[ACTIVITY]
In the listing below, start your output at the line with "f 392 391 402" and end it after the line with "f 608 603 605", copying every line exactly.

======== INPUT DATA ========

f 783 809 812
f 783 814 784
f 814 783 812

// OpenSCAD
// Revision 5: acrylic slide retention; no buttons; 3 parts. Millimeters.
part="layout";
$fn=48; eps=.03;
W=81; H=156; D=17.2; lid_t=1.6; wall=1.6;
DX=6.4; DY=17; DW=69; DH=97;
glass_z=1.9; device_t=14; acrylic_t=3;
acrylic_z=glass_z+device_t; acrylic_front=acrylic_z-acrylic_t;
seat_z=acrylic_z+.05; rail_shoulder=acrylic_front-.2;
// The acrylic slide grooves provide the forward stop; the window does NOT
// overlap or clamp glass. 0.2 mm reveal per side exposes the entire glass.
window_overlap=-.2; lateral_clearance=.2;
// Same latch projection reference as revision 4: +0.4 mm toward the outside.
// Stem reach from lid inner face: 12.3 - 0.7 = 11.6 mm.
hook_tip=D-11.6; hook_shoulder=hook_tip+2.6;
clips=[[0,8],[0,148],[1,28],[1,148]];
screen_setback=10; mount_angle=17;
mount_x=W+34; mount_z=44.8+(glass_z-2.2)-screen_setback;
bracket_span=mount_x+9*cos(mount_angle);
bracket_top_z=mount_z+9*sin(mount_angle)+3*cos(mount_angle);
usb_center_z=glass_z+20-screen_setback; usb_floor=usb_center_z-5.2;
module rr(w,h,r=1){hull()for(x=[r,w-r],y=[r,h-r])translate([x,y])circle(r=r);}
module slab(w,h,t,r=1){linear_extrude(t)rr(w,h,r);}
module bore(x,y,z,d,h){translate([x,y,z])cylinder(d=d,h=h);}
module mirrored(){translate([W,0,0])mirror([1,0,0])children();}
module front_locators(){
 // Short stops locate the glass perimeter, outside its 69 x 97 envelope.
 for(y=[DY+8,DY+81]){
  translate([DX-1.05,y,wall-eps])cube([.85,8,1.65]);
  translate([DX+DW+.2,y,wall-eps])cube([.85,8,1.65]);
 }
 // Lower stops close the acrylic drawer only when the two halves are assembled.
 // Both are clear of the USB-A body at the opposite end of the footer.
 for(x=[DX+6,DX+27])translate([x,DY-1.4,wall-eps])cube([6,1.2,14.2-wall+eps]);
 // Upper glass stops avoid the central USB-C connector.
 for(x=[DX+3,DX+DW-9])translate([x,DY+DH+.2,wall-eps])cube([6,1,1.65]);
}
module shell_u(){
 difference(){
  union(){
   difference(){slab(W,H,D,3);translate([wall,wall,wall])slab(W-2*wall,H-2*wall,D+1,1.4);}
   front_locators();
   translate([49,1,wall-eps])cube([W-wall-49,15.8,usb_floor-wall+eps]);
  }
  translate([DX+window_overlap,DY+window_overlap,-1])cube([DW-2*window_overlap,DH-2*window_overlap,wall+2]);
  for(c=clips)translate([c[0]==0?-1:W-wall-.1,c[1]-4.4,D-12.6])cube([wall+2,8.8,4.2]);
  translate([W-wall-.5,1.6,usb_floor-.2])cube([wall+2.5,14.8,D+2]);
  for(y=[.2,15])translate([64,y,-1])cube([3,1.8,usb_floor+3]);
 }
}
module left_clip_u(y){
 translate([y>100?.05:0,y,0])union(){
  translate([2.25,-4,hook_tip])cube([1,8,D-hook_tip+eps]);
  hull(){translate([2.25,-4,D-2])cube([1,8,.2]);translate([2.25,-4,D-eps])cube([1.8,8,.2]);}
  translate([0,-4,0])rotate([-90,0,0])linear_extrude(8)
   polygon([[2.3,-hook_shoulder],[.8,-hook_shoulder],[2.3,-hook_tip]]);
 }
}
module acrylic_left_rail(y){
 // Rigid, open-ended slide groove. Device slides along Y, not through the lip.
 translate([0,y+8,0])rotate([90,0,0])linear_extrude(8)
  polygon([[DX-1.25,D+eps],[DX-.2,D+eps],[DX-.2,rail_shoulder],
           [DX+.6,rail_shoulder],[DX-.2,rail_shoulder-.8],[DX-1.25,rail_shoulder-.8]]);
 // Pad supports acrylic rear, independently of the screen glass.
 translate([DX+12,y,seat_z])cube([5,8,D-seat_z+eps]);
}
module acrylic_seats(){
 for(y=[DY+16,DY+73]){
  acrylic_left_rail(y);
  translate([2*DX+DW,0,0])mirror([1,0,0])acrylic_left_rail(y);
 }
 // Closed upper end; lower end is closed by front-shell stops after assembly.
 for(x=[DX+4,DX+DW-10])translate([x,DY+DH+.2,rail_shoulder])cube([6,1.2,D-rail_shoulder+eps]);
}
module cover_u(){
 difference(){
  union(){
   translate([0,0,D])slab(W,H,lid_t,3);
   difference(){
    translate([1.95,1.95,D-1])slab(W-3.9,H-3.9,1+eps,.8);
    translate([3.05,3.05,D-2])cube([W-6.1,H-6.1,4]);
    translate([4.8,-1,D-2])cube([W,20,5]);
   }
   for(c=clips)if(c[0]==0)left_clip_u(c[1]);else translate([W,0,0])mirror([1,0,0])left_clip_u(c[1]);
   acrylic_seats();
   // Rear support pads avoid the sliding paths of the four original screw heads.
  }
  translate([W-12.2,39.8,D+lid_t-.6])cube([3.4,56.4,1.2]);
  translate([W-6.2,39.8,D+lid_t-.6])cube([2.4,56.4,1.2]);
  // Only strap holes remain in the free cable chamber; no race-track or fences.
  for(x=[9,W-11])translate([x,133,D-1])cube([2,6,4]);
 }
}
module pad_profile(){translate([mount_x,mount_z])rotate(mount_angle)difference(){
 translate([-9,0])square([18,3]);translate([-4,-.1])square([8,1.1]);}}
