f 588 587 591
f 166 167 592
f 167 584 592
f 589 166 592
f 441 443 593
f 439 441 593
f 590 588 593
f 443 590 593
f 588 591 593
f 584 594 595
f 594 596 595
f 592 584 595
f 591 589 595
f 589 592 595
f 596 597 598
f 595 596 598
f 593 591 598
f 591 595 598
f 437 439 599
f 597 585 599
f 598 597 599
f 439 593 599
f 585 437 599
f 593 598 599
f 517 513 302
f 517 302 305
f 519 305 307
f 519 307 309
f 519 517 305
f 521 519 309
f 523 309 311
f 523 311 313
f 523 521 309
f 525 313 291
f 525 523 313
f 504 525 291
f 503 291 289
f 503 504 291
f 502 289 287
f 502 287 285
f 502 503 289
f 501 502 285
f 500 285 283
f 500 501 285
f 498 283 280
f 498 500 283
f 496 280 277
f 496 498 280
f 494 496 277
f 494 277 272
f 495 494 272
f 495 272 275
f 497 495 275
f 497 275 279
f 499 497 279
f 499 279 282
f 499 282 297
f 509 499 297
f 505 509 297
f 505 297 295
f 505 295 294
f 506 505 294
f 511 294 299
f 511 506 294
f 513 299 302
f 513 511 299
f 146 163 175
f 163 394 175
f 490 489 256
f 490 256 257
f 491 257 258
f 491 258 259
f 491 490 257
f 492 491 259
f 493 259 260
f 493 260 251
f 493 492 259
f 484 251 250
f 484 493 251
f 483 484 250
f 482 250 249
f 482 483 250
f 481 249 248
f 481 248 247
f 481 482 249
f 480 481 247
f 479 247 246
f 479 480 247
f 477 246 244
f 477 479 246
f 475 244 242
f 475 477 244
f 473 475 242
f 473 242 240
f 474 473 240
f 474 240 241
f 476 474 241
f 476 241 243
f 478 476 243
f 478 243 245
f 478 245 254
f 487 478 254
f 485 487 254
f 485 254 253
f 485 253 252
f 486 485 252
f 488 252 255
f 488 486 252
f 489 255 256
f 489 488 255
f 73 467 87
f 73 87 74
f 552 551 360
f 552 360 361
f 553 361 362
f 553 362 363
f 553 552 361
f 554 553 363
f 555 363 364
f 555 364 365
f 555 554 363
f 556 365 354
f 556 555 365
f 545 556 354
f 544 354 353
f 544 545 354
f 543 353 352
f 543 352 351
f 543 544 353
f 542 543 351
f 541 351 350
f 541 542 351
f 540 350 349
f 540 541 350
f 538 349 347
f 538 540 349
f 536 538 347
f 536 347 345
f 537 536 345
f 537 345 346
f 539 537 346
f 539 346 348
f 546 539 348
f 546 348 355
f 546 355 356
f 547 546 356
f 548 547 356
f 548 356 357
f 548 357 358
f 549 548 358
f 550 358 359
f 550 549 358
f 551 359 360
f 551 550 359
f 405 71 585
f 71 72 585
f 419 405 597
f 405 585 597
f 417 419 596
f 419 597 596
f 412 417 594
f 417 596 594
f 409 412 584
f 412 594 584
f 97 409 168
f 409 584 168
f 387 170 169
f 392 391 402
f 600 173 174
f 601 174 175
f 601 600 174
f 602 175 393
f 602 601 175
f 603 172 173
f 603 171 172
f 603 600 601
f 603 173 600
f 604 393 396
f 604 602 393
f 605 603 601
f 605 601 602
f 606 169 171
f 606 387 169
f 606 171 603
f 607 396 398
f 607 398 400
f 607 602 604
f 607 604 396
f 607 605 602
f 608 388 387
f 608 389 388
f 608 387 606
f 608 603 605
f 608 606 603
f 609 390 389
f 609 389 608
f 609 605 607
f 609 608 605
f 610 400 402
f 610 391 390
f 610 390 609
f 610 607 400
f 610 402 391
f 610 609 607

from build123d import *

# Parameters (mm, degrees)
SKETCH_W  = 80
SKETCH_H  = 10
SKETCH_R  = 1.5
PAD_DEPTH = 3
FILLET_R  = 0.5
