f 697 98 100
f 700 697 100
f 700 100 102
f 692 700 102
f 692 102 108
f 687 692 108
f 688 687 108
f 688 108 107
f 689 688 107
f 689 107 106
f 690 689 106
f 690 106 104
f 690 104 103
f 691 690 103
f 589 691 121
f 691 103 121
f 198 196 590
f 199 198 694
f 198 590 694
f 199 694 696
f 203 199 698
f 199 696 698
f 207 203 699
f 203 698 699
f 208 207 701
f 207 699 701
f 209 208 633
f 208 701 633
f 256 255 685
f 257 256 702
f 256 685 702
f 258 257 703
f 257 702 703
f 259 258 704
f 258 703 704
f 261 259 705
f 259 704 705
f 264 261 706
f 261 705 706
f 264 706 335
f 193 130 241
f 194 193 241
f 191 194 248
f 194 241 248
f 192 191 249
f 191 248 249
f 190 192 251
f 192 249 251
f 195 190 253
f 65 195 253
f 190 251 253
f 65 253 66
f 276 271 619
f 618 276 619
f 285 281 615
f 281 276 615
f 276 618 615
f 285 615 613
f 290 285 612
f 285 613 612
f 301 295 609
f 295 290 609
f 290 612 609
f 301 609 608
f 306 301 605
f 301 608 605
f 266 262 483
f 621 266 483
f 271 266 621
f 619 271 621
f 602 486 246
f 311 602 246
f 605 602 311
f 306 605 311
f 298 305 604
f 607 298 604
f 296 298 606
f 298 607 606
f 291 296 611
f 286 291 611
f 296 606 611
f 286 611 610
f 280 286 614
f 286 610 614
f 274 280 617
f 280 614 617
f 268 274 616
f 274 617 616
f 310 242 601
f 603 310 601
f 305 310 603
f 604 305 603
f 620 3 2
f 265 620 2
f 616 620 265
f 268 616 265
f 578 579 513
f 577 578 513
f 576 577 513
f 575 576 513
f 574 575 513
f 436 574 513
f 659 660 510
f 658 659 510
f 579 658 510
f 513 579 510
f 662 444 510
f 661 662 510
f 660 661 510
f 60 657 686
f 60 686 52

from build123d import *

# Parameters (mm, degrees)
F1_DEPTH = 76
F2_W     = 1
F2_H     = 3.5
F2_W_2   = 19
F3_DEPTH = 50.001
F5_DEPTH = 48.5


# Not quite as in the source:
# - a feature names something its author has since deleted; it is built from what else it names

========

[SOLUTION BELOW]
f 392 391 402
f 600 173 174
f 601 174 175
f 601 600 174
f 602 175 393
f 602 601 175
f 603 172 173
f 603 171 172
f 603 600 601
f 603 173 600
f 604 393 396
f 604 602 393
f 605 603 601
f 605 601 602
f 606 169 171
f 606 387 169
f 606 171 603
f 607 396 398
f 607 398 400
f 607 602 604
f 607 604 396
f 607 605 602
f 608 388 387
f 608 389 388
f 608 387 606
f 608 603 605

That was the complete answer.